Correspondence to: Stefan Andreas Topp, MD, Department of General, Visceral and Pediatric Surgery, Heinrich-Heine-University, Düsseldorf, Moorenstrasse 5, 40225 Düsseldorf, Germany. stefan.topp@uni-duesseldorf.de
Telephone: +49-211-8117378 Fax: +49-211-8117359
Received: June 23, 2012
Revised: August 17, 2012
Accepted: August 26, 2012
Published online: November 28, 2012
Processing time: 148 Days and 4.5 Hours
Abstract

We report a case of an 84-year-old male patient with primary small intestinal angiosarcoma. The patient initially presented with anemia and melena. Consecutive endoscopy revealed no signs of upper or lower active gastrointestinal bleeding. The patient had been diagnosed 3 years previously with an aortic dilation, which was treated with a stent. Computed tomography suggested an aorto-intestinal fistula as the cause of the intestinal bleeding, leading to operative stent explantation and aortic replacement. However, an aorto-intestinal fistula was not found, and the intestinal bleeding did not arrest postoperatively. The constant need for blood transfusions made an exploratory laparotomy imperative, which showed multiple bleeding sites, predominately in the jejunal wall. A distal loop jejunostomy was conducted to contain the small intestinal bleeding and a segmental resection for histological evaluation was performed.

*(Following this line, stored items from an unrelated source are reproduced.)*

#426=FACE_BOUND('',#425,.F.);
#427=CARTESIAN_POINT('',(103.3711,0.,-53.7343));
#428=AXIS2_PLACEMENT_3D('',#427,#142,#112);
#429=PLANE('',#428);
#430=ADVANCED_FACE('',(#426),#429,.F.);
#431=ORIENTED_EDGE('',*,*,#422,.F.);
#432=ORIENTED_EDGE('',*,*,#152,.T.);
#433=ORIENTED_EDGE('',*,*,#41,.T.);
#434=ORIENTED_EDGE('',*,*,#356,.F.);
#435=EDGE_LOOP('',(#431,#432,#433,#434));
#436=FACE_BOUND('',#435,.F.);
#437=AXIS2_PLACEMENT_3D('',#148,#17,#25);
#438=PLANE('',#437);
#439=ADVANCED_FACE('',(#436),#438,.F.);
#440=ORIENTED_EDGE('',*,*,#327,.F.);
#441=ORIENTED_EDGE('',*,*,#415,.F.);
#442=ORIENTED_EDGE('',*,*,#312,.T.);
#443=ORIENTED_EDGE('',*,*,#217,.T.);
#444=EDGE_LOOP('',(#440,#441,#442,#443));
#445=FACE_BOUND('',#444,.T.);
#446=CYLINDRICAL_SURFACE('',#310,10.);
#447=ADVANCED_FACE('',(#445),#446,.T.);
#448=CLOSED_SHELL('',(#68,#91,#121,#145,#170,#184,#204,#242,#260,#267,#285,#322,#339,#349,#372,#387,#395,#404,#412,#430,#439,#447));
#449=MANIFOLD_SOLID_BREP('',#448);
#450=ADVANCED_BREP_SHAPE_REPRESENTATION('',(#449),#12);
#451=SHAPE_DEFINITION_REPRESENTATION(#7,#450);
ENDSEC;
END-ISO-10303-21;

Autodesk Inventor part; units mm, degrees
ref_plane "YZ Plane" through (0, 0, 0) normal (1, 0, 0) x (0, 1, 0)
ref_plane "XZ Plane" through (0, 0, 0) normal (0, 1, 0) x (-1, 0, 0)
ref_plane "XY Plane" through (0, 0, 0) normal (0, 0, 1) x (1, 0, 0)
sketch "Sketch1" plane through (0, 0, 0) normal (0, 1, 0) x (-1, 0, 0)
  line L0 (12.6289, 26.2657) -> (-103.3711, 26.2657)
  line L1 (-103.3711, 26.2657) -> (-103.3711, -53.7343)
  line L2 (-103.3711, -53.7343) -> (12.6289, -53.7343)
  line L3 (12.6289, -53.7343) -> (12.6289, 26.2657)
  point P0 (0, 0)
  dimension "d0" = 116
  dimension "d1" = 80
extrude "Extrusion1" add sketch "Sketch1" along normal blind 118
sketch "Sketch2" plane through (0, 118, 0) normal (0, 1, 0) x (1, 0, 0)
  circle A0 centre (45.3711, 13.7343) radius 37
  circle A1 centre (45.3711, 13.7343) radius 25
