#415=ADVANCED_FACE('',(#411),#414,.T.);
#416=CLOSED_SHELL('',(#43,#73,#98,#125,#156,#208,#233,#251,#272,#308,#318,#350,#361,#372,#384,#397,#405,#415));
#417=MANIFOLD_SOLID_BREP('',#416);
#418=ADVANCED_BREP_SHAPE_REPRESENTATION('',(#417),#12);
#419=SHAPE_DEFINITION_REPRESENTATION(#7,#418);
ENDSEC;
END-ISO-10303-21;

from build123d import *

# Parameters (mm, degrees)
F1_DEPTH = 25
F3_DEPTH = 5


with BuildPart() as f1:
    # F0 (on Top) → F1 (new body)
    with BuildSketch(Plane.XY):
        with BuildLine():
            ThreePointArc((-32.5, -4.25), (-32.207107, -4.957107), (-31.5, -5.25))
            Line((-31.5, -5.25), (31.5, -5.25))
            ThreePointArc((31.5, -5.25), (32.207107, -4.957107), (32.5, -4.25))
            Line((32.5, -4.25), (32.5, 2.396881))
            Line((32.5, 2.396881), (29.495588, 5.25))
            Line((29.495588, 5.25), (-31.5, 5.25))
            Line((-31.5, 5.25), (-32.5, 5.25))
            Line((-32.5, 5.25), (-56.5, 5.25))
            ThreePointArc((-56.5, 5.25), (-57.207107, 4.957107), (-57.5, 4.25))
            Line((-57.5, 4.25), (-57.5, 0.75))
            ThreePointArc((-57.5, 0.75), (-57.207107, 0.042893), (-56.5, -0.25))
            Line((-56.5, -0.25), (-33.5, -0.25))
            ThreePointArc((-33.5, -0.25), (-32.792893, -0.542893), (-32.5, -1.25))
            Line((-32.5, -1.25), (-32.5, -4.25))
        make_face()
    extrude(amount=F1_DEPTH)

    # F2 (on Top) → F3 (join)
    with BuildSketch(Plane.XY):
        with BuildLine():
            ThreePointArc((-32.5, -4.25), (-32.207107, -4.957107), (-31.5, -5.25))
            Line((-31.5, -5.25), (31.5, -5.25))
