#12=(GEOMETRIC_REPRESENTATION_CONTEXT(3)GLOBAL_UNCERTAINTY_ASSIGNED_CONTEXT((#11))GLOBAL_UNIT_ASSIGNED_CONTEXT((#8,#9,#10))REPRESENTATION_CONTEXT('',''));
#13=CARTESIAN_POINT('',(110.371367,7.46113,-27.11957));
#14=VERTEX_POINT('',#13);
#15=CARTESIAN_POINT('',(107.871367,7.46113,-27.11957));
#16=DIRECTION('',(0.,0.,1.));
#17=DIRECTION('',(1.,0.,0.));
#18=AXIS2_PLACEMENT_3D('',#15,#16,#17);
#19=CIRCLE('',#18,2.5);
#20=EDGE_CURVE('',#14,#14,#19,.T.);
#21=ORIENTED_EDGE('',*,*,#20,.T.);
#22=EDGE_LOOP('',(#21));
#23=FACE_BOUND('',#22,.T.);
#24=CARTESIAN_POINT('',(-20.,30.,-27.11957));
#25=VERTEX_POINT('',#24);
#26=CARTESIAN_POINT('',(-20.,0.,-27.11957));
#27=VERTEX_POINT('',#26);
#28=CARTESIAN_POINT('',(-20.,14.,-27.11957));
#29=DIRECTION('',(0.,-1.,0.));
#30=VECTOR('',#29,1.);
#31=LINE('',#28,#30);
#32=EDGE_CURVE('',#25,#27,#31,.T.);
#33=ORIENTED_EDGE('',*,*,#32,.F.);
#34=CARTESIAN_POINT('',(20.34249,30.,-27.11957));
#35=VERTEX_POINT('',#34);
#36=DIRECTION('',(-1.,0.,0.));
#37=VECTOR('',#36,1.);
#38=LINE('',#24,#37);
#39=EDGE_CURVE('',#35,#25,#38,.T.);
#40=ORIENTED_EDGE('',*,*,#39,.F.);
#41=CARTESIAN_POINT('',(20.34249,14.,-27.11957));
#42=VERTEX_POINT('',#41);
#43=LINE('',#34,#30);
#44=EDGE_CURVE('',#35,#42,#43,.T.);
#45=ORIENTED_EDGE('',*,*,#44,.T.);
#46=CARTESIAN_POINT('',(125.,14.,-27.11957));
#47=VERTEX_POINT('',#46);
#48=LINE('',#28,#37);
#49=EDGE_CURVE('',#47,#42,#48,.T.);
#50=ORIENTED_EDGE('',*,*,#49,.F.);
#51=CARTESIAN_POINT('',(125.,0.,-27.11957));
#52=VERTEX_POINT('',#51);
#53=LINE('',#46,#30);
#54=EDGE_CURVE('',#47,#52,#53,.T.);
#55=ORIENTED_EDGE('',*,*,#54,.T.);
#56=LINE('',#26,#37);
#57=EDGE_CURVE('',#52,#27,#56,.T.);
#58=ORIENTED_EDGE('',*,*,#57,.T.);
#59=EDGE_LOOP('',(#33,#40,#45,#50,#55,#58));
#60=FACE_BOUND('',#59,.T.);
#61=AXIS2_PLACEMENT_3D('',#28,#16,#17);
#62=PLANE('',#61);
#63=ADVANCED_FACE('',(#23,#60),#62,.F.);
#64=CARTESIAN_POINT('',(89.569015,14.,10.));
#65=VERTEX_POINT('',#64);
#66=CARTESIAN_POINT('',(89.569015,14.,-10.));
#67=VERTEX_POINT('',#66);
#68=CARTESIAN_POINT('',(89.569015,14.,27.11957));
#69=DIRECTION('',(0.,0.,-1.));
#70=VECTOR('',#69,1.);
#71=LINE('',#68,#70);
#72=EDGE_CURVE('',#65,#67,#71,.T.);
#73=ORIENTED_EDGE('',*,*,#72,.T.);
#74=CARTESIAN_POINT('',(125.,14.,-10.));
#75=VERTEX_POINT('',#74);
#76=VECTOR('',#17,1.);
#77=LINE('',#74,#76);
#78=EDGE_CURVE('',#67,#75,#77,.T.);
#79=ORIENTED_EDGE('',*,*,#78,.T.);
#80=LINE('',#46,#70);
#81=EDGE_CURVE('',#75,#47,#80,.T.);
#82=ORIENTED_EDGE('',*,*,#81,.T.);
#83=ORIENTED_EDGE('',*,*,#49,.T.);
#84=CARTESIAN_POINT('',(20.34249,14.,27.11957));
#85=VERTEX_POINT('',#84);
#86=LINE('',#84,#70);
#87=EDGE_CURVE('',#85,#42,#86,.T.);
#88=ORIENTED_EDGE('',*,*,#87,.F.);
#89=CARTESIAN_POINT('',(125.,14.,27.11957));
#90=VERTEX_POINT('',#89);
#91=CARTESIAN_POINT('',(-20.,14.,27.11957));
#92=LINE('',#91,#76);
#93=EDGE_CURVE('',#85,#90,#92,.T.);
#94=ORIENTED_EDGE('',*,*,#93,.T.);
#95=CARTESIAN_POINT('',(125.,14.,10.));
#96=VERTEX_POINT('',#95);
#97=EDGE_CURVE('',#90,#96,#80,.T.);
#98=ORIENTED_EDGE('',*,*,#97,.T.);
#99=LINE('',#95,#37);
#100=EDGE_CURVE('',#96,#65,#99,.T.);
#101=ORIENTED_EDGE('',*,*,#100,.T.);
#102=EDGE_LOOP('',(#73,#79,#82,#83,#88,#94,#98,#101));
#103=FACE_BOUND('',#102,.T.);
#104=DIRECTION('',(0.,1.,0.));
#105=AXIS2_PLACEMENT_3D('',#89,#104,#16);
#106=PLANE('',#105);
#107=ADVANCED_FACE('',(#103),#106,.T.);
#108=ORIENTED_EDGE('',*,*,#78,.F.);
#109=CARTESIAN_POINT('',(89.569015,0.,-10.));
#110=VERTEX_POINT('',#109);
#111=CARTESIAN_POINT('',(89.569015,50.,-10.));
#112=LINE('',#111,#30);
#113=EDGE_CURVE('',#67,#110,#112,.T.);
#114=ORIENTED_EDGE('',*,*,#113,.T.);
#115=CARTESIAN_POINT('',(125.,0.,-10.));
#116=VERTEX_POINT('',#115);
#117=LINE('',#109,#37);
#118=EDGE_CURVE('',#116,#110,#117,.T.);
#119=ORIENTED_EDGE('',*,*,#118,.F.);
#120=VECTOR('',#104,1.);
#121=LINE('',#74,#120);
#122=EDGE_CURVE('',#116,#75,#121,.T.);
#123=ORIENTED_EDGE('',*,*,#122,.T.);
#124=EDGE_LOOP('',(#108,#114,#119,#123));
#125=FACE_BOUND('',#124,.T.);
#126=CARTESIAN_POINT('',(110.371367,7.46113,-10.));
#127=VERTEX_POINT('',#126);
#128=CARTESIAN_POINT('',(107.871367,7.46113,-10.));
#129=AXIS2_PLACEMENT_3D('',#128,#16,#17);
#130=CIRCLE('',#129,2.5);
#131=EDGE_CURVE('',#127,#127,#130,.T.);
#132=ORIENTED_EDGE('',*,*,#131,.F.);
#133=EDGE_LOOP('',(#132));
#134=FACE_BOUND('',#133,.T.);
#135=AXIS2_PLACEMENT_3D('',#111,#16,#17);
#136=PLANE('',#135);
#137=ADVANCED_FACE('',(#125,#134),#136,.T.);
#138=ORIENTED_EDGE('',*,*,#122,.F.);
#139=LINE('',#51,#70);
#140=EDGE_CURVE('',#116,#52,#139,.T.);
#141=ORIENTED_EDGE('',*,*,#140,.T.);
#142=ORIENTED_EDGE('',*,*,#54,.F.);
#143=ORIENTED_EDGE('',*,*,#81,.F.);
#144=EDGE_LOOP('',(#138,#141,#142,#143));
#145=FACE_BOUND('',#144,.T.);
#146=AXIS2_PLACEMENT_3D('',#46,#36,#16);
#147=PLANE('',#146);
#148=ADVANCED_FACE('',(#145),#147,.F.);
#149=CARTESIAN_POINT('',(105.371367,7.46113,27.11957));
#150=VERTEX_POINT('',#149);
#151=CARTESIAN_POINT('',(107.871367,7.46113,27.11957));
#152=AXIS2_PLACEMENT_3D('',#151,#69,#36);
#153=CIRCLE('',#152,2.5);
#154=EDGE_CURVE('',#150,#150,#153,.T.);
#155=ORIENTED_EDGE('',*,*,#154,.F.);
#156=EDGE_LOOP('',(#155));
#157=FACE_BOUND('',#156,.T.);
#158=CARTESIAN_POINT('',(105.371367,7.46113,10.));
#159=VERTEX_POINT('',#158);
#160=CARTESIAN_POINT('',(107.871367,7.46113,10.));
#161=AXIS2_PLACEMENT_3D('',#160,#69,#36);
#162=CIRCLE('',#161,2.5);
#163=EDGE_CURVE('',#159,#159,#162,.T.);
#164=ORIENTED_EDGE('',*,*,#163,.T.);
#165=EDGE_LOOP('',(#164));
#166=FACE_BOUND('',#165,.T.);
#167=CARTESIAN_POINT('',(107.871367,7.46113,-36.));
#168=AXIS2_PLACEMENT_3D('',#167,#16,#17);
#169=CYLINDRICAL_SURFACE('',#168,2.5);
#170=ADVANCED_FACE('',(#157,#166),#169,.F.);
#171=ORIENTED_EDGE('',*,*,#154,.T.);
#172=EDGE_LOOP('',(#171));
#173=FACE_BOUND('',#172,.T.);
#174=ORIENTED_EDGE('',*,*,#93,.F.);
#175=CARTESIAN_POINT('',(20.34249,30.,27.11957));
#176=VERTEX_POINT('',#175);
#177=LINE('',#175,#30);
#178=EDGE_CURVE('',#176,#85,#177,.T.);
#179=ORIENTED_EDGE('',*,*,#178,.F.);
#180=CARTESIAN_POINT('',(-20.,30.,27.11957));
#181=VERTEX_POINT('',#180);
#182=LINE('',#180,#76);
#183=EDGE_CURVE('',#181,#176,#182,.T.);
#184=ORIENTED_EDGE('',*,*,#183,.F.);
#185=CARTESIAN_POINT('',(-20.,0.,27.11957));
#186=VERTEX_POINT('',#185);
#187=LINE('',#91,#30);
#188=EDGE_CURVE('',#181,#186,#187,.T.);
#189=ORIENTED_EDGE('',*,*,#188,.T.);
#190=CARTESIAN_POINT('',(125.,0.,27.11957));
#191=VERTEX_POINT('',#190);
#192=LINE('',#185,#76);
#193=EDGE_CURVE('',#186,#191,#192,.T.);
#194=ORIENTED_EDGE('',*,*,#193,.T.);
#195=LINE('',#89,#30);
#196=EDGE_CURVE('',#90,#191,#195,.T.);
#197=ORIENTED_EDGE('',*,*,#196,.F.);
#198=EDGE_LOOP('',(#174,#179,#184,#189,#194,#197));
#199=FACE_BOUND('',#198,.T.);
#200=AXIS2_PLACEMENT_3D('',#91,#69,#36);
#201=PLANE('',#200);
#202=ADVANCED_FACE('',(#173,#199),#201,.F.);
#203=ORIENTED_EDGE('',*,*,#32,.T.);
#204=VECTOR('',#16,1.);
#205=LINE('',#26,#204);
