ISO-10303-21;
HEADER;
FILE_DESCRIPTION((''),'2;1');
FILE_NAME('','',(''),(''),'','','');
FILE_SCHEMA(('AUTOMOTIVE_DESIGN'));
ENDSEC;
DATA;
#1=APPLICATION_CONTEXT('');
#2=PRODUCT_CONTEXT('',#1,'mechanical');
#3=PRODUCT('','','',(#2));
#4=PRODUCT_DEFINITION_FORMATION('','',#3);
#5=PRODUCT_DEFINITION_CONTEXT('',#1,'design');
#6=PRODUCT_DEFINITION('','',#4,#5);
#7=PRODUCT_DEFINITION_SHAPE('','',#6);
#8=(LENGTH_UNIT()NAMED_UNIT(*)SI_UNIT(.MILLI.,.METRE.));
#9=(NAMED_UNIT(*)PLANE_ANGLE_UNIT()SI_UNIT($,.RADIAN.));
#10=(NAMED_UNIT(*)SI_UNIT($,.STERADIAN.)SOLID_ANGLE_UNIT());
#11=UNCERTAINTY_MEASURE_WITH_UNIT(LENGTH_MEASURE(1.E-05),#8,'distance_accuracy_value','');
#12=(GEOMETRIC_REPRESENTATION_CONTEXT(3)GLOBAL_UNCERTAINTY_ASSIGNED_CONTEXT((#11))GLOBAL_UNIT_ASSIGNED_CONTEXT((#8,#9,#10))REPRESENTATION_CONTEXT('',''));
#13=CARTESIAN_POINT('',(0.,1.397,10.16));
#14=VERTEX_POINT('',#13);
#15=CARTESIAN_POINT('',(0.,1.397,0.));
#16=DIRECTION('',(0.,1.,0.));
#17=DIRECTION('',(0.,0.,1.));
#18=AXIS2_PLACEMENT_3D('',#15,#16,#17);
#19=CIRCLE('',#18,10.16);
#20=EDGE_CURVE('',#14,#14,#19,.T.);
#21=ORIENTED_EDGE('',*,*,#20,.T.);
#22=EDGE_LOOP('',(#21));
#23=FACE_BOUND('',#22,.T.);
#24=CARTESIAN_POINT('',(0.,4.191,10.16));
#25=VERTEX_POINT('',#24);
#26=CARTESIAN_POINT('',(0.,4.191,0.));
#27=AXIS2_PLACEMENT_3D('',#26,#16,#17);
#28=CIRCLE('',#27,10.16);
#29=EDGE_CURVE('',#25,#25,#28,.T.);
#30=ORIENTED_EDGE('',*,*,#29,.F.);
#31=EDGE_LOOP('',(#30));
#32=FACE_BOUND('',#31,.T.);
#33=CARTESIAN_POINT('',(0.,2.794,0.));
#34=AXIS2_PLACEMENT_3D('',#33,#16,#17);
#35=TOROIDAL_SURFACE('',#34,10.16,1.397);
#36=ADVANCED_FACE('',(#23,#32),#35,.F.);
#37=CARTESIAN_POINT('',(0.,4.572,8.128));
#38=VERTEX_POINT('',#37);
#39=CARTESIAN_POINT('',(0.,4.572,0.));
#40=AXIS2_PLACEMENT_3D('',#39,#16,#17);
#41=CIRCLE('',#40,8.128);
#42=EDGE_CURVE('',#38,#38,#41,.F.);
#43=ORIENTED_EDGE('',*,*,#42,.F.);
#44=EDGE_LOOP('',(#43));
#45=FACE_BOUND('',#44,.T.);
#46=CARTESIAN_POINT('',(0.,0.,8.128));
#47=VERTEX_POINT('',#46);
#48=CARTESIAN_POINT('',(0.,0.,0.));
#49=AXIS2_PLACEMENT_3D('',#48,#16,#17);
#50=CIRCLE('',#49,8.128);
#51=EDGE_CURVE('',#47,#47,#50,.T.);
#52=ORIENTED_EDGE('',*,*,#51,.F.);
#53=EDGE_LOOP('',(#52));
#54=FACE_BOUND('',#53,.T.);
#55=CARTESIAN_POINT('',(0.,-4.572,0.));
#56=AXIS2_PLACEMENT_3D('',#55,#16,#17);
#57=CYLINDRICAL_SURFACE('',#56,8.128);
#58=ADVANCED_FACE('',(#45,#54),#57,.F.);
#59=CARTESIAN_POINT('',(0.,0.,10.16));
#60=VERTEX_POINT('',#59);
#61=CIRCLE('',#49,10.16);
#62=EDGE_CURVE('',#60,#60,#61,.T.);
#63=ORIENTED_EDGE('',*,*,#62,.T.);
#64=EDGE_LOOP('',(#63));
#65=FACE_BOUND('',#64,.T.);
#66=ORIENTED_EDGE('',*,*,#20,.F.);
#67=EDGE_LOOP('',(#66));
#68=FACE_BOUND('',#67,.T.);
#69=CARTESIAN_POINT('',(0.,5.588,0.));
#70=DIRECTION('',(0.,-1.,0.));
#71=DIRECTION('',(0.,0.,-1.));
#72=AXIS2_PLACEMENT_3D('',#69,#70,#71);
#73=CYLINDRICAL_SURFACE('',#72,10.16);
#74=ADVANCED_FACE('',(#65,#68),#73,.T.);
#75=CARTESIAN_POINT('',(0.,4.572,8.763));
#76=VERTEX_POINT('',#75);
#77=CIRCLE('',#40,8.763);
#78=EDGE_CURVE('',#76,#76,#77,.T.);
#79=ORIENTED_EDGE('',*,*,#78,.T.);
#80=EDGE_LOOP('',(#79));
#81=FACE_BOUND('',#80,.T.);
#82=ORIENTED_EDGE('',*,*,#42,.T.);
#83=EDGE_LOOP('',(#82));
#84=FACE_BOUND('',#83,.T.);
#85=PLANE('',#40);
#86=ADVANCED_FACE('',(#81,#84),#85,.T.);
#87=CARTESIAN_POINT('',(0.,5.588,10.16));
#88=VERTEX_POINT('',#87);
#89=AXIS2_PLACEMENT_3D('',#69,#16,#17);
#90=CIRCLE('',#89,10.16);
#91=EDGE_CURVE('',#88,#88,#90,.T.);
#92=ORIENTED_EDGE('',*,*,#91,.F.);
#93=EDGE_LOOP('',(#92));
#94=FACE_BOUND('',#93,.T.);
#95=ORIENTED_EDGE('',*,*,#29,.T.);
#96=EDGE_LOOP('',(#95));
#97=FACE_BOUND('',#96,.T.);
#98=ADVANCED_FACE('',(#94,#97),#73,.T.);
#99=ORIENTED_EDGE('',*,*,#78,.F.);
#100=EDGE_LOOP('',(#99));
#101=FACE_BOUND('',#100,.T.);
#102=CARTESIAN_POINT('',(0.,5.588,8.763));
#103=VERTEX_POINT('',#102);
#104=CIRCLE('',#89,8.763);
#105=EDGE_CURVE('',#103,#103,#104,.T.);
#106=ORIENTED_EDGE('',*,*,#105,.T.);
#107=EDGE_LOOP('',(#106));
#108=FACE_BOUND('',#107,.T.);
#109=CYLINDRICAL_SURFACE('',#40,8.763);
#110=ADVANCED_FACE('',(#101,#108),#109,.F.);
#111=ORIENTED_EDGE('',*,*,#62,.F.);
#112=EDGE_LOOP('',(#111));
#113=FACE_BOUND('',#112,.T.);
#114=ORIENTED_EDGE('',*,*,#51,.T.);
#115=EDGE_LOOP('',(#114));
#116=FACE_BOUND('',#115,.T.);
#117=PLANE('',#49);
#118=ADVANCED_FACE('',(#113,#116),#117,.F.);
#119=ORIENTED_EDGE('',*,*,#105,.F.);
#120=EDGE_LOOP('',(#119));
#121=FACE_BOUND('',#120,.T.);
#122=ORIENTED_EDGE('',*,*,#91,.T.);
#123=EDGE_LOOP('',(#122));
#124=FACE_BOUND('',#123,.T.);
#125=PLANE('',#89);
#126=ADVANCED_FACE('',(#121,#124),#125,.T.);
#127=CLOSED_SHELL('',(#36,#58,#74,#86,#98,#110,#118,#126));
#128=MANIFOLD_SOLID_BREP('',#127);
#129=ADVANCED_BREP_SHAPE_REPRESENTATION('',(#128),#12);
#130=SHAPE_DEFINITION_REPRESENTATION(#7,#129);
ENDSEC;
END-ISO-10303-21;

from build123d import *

# Parameters (mm, degrees)
SKETCH1_R           = 10.16
BOSS_EXTRUDE1_DEPTH = 5.588
SKETCH3_R           = 8.128
CUT_EXTRUDE1_DEPTH  = 10.16
SKETCH4_R           = 8.763
CUT_EXTRUDE2_DEPTH  = 1.016


with BuildPart() as part:
    # Sketch1 → Boss-Extrude1 (new body)
    with BuildSketch(Plane(origin=(0, 0, 0), x_dir=(1, 0, 0), z_dir=(0, 1, 0))):
        Circle(SKETCH1_R)
    extrude(amount=BOSS_EXTRUDE1_DEPTH)

    # Sketch2 → Cut-Revolve1 (revolve, cut)
    with BuildSketch(Plane.XY):
        with BuildLine():
            Line((-10.16, 4.191), (-10.16, 1.397))
            ThreePointArc((-10.16, 1.397), (-8.763, 2.794), (-10.16, 4.191))
        make_face()
    revolve(axis=Axis((0, 5.588, 0), (0, -1, 0)), mode=Mode.SUBTRACT)

    # Sketch3 → Cut-Extrude1 (cut)
    with BuildSketch(Plane(origin=(0, 5.588, 0), x_dir=(1, 0, 0), z_dir=(0, 1, 0))):
        Circle(SKETCH3_R)
    extrude(amount=-CUT_EXTRUDE1_DEPTH, mode=Mode.SUBTRACT)

    # Sketch4 → Cut-Extrude2 (cut)
    with BuildSketch(Plane(origin=(0, 5.588, 0), x_dir=(1, 0, 0), z_dir=(0, 1, 0))):
        Circle(SKETCH4_R)
    extrude(amount=-CUT_EXTRUDE2_DEPTH, mode=Mode.SUBTRACT)


solid = part.part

The histological analysis revealed a less-differentiated tumor with characteristic CD31, cytokeratin, and vimentin expression, which led to the diagnosis of small intestinal angiosarcoma. Consequently, the infiltrated part of the jejunum was successfully resected in a subsequent operation, and adjuvant chemotherapy with paclitaxel was planned. Angiosarcoma of the small intestine is an extremely rare malignant neoplasm that presents with bleeding and high mortality. Early diagnosis and treatment are essential to improve outcome. A small intestinal angiosarcoma is a challenging diagnosis to make because of its rarity, nonspecific symptoms of altered intestinal function, nonspecific abdominal pain, severe melena, and acute abdominal signs. Therefore, a quick clinical and histological diagnosis and decisive measures including surgery and adjuvant chemotherapy should be the aim.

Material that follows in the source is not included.